== Segment start ==

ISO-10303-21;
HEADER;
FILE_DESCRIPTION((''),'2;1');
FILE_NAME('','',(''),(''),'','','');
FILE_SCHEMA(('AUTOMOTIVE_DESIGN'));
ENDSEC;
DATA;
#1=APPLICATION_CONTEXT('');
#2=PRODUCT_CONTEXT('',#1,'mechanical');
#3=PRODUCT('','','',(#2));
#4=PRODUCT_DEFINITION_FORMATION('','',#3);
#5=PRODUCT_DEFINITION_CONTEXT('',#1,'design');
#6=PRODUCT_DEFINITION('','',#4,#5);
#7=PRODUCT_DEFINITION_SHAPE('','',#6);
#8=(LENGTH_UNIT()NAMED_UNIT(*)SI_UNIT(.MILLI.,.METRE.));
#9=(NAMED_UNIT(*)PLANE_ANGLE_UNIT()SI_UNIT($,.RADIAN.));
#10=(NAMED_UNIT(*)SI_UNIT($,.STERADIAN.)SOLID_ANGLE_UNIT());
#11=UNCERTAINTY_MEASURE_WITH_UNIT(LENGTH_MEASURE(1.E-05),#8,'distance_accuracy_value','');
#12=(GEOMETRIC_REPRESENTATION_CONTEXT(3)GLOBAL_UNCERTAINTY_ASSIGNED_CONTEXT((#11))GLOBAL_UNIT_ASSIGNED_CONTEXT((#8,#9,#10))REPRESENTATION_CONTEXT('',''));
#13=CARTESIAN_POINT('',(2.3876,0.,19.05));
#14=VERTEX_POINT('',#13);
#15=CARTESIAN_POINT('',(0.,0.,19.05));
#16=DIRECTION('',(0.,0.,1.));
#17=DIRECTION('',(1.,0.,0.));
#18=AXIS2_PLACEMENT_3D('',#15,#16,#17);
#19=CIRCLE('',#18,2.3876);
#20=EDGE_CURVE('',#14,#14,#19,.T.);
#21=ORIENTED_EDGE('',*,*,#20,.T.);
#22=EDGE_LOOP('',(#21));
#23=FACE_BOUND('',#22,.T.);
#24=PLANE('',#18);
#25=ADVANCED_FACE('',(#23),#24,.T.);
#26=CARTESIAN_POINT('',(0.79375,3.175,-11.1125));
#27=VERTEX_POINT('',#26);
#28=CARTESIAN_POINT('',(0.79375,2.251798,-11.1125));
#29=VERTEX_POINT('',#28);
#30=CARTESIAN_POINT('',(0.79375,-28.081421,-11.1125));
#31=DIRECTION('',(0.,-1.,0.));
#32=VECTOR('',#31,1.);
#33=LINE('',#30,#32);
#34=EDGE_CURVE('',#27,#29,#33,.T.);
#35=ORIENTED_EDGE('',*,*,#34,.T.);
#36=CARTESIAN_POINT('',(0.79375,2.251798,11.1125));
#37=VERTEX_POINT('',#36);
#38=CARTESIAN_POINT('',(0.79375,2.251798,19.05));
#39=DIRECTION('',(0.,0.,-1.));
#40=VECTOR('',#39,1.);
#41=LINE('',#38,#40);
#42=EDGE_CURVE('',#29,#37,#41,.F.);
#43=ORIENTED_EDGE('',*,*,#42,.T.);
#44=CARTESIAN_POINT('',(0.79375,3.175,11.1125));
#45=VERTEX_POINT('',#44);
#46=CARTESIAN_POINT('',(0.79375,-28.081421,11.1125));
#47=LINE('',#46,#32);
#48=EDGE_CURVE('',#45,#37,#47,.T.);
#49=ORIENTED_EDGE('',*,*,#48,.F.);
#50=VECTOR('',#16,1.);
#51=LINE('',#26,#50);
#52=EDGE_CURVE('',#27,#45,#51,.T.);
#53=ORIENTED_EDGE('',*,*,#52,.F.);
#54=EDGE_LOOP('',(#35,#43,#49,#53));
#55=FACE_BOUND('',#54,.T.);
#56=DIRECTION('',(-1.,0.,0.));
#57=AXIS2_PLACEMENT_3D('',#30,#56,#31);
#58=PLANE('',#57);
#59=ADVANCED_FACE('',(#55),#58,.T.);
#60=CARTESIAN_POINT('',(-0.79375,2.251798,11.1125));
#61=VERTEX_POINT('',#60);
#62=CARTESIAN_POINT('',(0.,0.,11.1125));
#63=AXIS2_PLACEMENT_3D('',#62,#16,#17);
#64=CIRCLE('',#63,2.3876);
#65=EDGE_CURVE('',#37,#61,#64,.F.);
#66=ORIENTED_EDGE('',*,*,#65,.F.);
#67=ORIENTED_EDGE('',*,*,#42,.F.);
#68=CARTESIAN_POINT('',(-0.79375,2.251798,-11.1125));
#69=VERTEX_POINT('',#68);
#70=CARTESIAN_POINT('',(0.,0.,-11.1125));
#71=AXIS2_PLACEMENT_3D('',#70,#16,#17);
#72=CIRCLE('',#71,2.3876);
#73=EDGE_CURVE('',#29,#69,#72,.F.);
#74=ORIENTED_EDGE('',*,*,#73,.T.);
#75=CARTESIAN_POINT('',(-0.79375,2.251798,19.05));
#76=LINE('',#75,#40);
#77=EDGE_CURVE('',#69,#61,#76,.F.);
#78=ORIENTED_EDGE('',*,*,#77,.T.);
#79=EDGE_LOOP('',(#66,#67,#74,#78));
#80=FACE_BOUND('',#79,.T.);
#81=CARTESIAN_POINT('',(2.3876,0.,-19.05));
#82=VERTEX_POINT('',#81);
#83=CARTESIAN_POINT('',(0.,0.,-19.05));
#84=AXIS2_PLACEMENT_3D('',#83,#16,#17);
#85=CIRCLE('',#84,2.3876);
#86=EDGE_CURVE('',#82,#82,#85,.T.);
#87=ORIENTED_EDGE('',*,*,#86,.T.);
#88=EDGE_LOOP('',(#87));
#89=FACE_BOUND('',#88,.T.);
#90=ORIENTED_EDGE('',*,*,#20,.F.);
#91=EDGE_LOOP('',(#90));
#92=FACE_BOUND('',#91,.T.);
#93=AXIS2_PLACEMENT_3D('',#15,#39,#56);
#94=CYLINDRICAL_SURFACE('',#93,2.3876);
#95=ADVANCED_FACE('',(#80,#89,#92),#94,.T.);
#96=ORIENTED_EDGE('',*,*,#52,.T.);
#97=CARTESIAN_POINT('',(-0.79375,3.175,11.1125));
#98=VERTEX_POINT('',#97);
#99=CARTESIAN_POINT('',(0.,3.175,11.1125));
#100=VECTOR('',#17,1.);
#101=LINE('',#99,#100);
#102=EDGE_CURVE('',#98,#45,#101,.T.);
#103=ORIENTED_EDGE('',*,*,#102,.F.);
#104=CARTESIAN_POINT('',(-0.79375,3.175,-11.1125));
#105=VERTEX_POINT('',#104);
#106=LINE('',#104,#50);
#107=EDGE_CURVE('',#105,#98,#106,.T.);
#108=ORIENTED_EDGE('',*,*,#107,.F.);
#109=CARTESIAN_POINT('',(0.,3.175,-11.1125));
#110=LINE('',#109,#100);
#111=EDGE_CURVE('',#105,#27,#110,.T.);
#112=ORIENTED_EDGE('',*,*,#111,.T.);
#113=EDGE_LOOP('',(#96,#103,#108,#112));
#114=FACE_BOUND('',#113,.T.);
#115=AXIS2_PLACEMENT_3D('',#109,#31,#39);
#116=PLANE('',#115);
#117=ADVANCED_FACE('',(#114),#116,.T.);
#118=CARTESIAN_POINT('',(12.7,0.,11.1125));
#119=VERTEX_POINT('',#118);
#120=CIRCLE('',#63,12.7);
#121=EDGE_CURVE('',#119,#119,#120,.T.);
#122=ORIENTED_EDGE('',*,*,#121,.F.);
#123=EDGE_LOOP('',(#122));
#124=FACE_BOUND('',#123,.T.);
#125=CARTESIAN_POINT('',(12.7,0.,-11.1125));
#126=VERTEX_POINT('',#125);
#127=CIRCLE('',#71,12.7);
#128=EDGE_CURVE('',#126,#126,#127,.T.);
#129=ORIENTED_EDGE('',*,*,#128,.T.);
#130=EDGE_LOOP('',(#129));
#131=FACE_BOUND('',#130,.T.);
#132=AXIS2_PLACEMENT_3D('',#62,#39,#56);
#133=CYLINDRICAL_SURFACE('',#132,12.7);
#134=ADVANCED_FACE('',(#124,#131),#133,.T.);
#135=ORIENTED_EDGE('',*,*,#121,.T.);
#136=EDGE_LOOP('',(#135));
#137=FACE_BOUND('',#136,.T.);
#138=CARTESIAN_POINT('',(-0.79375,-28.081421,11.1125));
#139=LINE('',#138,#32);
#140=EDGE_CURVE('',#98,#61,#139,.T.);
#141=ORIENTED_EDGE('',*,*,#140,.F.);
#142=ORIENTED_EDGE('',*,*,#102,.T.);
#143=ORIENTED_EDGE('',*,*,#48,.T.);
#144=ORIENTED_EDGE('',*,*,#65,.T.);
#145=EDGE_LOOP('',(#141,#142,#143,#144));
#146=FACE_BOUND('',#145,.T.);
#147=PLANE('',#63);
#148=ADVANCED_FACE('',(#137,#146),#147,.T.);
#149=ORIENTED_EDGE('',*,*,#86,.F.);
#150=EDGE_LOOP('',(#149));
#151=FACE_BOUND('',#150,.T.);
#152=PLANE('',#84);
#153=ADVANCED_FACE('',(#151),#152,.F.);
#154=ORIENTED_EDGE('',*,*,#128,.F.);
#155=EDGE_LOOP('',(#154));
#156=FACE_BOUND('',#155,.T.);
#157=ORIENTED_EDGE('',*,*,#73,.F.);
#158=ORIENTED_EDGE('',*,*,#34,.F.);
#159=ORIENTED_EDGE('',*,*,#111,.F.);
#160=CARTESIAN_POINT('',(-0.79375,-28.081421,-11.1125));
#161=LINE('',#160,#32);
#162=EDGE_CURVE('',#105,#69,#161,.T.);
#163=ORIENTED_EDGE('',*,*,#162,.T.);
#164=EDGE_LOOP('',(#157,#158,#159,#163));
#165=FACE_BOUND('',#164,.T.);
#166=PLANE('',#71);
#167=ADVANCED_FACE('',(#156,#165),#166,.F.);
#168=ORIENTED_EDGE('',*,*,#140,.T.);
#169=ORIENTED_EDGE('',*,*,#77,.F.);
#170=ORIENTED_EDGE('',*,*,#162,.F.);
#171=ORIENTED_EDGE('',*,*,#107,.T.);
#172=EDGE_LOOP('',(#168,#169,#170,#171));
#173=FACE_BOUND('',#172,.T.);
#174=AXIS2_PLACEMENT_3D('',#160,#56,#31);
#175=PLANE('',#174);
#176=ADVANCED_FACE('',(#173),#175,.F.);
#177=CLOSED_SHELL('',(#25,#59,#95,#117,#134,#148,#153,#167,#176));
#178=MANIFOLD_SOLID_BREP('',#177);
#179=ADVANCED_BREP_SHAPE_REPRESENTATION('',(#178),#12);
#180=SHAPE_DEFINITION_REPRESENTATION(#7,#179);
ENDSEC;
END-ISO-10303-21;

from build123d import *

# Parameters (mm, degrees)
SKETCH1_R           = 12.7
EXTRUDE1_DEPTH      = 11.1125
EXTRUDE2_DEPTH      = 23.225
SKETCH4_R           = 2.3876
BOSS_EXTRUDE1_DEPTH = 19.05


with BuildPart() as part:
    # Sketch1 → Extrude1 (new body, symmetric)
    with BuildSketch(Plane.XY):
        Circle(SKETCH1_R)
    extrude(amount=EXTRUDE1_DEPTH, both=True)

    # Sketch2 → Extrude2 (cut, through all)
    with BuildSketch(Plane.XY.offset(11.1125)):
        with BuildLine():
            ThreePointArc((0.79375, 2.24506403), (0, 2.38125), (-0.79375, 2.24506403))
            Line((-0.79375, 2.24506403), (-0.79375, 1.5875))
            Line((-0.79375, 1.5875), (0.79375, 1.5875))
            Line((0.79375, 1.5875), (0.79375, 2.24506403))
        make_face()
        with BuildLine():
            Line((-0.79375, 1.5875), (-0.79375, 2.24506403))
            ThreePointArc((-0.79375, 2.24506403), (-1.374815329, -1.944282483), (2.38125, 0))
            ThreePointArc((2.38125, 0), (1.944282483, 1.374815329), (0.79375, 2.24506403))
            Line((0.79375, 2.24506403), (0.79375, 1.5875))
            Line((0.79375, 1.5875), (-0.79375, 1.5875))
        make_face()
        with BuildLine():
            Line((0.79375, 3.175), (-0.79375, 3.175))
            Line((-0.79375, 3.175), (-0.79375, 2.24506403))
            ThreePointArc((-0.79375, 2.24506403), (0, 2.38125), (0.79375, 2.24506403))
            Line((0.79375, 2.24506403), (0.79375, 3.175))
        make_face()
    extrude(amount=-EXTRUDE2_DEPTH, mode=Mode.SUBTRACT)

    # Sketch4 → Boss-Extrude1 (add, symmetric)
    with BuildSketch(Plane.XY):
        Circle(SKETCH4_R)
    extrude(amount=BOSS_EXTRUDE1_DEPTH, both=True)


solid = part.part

== Segment end ==
== Segment start ==

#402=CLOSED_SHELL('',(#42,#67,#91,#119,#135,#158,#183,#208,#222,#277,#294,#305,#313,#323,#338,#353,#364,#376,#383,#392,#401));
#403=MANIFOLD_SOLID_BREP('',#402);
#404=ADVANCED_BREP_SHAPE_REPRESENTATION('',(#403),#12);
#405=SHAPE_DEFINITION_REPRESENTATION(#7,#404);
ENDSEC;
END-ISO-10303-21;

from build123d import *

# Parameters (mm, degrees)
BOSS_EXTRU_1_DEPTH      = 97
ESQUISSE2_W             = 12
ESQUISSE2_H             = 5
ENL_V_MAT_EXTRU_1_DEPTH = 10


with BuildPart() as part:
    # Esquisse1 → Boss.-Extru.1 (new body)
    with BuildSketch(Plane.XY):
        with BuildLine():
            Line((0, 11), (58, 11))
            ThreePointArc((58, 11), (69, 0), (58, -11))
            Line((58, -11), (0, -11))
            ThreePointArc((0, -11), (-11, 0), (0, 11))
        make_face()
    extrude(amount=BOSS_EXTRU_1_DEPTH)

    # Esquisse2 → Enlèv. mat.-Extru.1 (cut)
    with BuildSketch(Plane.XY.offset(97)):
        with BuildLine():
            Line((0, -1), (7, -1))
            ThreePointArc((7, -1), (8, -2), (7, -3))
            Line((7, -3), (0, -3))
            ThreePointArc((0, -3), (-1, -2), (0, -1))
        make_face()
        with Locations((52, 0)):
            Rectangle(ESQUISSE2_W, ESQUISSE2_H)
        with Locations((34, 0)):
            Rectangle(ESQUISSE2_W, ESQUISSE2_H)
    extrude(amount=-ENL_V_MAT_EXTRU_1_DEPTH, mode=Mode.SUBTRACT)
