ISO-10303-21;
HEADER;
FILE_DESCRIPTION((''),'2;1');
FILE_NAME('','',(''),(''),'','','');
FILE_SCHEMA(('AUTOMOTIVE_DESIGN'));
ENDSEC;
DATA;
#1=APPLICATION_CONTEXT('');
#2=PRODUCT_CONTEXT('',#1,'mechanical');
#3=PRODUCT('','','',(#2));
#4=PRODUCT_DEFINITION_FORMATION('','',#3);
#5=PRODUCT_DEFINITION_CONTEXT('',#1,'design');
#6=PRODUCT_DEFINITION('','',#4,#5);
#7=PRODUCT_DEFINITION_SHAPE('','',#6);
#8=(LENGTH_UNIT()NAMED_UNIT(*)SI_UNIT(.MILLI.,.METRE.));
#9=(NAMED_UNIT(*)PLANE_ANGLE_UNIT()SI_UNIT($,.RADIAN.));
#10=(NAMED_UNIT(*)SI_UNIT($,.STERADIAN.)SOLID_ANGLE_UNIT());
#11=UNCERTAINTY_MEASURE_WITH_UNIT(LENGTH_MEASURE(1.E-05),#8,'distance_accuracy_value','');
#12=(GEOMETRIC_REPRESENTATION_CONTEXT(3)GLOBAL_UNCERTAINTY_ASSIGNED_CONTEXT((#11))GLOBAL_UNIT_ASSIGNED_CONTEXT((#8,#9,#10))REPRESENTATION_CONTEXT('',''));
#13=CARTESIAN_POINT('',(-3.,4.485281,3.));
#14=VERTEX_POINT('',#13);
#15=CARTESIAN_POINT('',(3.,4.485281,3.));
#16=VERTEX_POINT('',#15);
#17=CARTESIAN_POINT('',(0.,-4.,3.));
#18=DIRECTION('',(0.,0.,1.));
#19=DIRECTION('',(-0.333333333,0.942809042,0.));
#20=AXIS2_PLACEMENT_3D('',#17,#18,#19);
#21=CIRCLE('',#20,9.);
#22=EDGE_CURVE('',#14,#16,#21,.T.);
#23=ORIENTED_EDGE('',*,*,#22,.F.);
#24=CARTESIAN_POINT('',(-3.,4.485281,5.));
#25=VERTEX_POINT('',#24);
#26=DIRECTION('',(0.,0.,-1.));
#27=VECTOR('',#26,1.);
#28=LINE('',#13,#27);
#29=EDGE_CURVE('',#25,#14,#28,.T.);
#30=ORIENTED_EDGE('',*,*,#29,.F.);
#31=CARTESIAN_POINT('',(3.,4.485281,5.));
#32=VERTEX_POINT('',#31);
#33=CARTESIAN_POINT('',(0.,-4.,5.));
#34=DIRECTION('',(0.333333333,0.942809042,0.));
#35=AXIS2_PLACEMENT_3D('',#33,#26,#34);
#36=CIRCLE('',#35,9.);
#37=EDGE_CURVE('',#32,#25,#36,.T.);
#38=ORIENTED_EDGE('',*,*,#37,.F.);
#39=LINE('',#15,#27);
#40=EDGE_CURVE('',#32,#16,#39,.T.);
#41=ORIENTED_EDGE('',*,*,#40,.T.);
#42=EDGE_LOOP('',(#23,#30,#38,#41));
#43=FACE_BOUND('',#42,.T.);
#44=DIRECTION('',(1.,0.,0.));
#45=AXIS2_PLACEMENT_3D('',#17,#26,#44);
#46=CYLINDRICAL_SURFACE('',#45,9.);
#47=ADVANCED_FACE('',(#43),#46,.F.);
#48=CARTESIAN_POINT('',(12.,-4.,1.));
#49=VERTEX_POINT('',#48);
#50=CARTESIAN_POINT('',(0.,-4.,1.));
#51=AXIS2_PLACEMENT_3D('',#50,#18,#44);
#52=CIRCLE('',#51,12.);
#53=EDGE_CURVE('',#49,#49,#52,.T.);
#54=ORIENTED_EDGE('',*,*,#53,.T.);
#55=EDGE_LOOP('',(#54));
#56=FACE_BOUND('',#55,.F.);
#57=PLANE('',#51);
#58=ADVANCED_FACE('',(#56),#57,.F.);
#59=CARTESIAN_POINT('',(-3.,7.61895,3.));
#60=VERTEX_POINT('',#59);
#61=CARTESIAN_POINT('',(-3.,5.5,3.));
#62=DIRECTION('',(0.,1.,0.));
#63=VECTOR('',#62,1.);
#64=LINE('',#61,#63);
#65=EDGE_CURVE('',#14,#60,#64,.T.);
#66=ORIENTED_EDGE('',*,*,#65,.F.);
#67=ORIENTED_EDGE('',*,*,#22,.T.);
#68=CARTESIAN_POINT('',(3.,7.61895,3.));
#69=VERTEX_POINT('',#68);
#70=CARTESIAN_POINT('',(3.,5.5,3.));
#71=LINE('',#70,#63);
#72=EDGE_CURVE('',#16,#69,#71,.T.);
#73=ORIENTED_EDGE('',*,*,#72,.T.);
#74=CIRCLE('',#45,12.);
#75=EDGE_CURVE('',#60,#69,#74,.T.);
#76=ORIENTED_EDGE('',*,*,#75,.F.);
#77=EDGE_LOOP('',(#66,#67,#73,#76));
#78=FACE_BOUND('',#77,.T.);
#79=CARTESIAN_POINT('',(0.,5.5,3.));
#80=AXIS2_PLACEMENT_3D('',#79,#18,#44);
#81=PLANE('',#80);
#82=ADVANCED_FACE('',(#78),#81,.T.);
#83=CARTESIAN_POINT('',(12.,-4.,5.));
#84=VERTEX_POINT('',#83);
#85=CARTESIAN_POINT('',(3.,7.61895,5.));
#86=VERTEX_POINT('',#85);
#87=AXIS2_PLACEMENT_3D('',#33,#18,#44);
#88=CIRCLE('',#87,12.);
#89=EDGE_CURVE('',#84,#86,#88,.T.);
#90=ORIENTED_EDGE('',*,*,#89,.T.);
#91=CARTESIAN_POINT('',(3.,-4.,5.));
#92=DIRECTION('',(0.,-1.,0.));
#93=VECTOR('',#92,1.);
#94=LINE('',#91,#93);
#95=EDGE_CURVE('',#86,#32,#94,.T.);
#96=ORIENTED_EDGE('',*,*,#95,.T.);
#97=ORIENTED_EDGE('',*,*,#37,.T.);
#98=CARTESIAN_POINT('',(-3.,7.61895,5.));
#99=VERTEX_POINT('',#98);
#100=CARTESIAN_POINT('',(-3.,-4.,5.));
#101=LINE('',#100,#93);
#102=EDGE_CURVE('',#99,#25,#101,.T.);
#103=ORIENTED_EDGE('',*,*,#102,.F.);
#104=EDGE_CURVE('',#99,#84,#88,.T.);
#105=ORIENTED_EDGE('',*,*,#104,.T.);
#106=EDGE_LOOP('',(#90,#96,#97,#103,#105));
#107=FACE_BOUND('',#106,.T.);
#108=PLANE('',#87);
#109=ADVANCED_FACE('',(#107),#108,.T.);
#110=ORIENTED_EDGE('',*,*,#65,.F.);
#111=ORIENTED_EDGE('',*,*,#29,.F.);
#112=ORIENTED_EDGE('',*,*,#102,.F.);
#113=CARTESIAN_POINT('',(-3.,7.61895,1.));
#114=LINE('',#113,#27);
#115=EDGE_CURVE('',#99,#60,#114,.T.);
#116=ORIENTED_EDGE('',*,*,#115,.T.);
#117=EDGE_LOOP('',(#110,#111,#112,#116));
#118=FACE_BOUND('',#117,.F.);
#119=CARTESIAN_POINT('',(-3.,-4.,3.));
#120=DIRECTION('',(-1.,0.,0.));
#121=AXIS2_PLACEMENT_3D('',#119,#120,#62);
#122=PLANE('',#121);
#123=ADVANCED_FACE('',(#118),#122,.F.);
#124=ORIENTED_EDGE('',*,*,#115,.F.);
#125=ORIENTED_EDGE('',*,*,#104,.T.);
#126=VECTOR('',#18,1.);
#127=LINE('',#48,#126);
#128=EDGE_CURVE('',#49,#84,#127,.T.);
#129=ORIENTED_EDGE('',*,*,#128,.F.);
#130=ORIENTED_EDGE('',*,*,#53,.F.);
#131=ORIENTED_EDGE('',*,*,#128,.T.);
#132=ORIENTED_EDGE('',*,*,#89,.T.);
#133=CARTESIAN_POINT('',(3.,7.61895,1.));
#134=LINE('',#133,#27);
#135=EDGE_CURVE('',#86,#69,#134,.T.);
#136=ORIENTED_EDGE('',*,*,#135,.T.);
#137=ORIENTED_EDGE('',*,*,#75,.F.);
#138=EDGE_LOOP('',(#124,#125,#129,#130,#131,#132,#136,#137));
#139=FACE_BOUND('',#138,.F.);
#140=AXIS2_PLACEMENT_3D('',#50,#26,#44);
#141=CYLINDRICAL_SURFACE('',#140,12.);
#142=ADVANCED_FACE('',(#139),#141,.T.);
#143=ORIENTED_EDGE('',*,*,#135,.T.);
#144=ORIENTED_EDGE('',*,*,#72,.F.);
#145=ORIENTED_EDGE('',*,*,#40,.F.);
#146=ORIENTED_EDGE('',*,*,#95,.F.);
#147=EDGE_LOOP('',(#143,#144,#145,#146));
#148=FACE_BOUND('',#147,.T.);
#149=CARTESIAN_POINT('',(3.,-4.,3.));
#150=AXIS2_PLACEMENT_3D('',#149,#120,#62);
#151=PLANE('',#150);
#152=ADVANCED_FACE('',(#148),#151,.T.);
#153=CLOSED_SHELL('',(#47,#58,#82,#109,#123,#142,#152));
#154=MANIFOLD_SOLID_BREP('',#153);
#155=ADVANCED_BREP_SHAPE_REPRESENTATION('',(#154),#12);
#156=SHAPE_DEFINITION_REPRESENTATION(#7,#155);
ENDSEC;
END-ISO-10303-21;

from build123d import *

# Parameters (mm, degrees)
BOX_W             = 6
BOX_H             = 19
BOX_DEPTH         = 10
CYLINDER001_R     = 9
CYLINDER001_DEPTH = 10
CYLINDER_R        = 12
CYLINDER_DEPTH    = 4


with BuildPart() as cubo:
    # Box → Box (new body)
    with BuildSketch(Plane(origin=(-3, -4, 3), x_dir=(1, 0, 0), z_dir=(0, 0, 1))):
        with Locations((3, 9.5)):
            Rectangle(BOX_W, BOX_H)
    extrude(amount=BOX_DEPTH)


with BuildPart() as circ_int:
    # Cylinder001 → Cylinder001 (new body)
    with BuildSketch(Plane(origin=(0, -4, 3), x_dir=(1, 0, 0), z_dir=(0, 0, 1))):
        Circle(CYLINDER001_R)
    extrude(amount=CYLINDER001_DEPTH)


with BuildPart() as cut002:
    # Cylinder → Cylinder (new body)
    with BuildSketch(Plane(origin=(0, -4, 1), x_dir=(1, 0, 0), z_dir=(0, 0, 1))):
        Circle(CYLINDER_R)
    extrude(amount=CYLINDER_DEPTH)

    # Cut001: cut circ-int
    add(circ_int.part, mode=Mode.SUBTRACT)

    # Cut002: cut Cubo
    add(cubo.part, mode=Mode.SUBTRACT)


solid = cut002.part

== Segment end ==

WORK REQUEST:
Working from the data above, extract solely the lines from the one containing "#15=CARTESIAN_POINT('',(3.,4.485281,3.));" through the one containing "#29=EDGE_CURVE('',#25,#14,#28,.T.);", exactly as they appear, both included.

YOUR RESPONSE:
#15=CARTESIAN_POINT('',(3.,4.485281,3.));
#16=VERTEX_POINT('',#15);
#17=CARTESIAN_POINT('',(0.,-4.,3.));
#18=DIRECTION('',(0.,0.,1.));
#19=DIRECTION('',(-0.333333333,0.942809042,0.));
#20=AXIS2_PLACEMENT_3D('',#17,#18,#19);
#21=CIRCLE('',#20,9.);
#22=EDGE_CURVE('',#14,#16,#21,.T.);
#23=ORIENTED_EDGE('',*,*,#22,.F.);
#24=CARTESIAN_POINT('',(-3.,4.485281,5.));
#25=VERTEX_POINT('',#24);
#26=DIRECTION('',(0.,0.,-1.));
#27=VECTOR('',#26,1.);
#28=LINE('',#13,#27);
#29=EDGE_CURVE('',#25,#14,#28,.T.);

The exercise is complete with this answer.